Material for the task:
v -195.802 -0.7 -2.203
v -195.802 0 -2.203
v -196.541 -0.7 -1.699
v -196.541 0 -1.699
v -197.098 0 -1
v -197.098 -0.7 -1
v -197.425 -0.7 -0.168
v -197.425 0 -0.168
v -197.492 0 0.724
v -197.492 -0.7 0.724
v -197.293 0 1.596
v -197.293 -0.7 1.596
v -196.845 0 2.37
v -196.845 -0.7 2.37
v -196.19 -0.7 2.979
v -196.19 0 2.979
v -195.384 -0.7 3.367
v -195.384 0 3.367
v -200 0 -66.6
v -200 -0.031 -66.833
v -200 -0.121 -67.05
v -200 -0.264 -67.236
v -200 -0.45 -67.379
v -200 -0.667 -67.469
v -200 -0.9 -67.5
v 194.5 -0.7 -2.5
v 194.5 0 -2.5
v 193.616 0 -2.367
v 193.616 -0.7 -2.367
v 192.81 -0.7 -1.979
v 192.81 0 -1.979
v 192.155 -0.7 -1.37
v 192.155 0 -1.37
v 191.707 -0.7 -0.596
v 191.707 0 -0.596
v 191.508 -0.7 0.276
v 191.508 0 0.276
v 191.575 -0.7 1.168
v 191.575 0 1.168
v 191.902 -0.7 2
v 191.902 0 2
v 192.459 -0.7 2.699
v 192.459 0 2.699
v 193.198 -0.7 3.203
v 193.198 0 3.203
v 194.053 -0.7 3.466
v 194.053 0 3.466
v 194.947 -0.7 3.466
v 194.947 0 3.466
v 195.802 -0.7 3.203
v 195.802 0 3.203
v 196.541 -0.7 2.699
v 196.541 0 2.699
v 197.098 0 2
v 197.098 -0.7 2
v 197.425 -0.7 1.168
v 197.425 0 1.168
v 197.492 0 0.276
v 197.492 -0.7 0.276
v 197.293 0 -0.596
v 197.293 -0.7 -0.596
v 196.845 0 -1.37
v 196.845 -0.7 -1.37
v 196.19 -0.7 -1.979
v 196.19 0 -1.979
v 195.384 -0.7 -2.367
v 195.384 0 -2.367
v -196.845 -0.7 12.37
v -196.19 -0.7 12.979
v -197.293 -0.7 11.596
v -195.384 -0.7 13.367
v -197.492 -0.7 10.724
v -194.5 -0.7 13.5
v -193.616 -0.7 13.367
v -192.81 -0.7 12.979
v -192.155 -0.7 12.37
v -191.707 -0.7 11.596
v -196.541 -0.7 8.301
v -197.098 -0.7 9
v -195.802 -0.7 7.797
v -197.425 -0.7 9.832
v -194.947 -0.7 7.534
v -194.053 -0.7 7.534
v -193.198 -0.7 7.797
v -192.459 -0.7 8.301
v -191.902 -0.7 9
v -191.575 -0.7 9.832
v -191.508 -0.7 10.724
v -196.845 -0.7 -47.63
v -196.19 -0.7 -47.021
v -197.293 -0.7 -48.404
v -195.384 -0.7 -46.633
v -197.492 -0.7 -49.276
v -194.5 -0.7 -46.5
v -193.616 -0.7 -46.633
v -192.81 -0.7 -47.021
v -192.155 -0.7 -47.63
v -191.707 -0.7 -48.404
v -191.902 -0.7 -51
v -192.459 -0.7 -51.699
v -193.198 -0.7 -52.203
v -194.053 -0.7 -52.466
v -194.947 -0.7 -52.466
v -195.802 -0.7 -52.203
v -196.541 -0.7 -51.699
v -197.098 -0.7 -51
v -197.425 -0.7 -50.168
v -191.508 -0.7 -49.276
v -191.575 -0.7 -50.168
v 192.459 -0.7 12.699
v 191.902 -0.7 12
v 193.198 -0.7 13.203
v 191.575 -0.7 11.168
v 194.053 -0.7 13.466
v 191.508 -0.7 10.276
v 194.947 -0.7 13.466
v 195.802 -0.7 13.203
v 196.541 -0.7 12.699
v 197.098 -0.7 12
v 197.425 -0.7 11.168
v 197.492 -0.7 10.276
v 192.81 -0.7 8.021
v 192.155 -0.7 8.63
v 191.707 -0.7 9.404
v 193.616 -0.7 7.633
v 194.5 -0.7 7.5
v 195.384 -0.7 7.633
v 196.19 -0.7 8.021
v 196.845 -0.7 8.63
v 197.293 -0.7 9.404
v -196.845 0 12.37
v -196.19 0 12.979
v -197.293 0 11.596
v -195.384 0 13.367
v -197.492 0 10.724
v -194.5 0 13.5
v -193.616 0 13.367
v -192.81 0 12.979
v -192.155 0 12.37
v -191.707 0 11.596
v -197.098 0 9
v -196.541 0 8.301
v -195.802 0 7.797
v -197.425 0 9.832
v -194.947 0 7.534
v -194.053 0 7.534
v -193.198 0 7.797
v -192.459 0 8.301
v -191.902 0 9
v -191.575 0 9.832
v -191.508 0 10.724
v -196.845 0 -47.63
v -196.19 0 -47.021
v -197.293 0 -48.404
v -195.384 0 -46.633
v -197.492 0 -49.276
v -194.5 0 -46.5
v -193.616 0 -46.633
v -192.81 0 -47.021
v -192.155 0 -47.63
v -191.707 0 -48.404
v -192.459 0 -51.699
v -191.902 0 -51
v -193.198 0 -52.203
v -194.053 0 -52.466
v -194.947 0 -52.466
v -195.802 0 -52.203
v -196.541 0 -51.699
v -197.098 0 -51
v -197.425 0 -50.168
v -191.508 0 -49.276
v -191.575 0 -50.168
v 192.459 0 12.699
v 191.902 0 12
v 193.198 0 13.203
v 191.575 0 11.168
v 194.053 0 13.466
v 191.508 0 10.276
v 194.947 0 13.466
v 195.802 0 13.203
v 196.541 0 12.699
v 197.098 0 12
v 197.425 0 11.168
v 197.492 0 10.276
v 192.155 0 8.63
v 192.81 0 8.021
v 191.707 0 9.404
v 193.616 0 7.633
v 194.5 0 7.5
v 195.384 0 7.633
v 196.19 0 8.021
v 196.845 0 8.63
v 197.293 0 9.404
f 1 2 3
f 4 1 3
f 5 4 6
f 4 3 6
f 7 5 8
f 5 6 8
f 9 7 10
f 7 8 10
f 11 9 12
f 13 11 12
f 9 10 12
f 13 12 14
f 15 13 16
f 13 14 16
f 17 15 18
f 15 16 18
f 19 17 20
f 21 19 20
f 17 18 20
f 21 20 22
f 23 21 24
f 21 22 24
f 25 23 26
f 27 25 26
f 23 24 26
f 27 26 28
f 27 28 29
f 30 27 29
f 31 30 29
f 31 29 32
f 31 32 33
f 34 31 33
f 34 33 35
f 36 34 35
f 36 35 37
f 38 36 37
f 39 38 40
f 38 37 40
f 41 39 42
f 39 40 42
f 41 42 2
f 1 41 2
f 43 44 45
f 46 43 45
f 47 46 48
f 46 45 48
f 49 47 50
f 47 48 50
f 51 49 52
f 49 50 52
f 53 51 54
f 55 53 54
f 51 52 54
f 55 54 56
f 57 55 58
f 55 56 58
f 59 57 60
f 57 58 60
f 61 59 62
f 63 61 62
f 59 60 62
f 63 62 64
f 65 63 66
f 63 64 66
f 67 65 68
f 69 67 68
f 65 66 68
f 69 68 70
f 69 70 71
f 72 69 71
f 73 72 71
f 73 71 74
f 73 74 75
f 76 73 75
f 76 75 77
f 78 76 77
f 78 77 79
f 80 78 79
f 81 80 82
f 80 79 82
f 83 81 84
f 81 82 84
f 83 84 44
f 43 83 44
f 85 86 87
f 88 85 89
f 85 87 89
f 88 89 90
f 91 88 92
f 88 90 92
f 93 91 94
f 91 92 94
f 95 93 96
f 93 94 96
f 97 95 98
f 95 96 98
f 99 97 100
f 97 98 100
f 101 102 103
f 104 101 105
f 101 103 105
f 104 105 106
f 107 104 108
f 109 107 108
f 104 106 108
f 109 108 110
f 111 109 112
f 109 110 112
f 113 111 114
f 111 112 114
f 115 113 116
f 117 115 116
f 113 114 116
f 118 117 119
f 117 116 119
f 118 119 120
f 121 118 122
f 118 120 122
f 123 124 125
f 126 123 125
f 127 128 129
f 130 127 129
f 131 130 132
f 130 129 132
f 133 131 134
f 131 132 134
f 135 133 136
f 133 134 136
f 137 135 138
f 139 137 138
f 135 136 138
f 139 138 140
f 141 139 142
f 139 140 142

Your goal: Look above for the line holding "v 192.155 -0.7 8.63" and the line holding "v -196.19 0 -47.021". Retype both, and every line between them, word for word and nothing else.

Task answer:
v 192.155 -0.7 8.63
v 191.707 -0.7 9.404
v 193.616 -0.7 7.633
v 194.5 -0.7 7.5
v 195.384 -0.7 7.633
v 196.19 -0.7 8.021
v 196.845 -0.7 8.63
v 197.293 -0.7 9.404
v -196.845 0 12.37
v -196.19 0 12.979
v -197.293 0 11.596
v -195.384 0 13.367
v -197.492 0 10.724
v -194.5 0 13.5
v -193.616 0 13.367
v -192.81 0 12.979
v -192.155 0 12.37
v -191.707 0 11.596
v -197.098 0 9
v -196.541 0 8.301
v -195.802 0 7.797
v -197.425 0 9.832
v -194.947 0 7.534
v -194.053 0 7.534
v -193.198 0 7.797
v -192.459 0 8.301
v -191.902 0 9
v -191.575 0 9.832
v -191.508 0 10.724
v -196.845 0 -47.63
v -196.19 0 -47.021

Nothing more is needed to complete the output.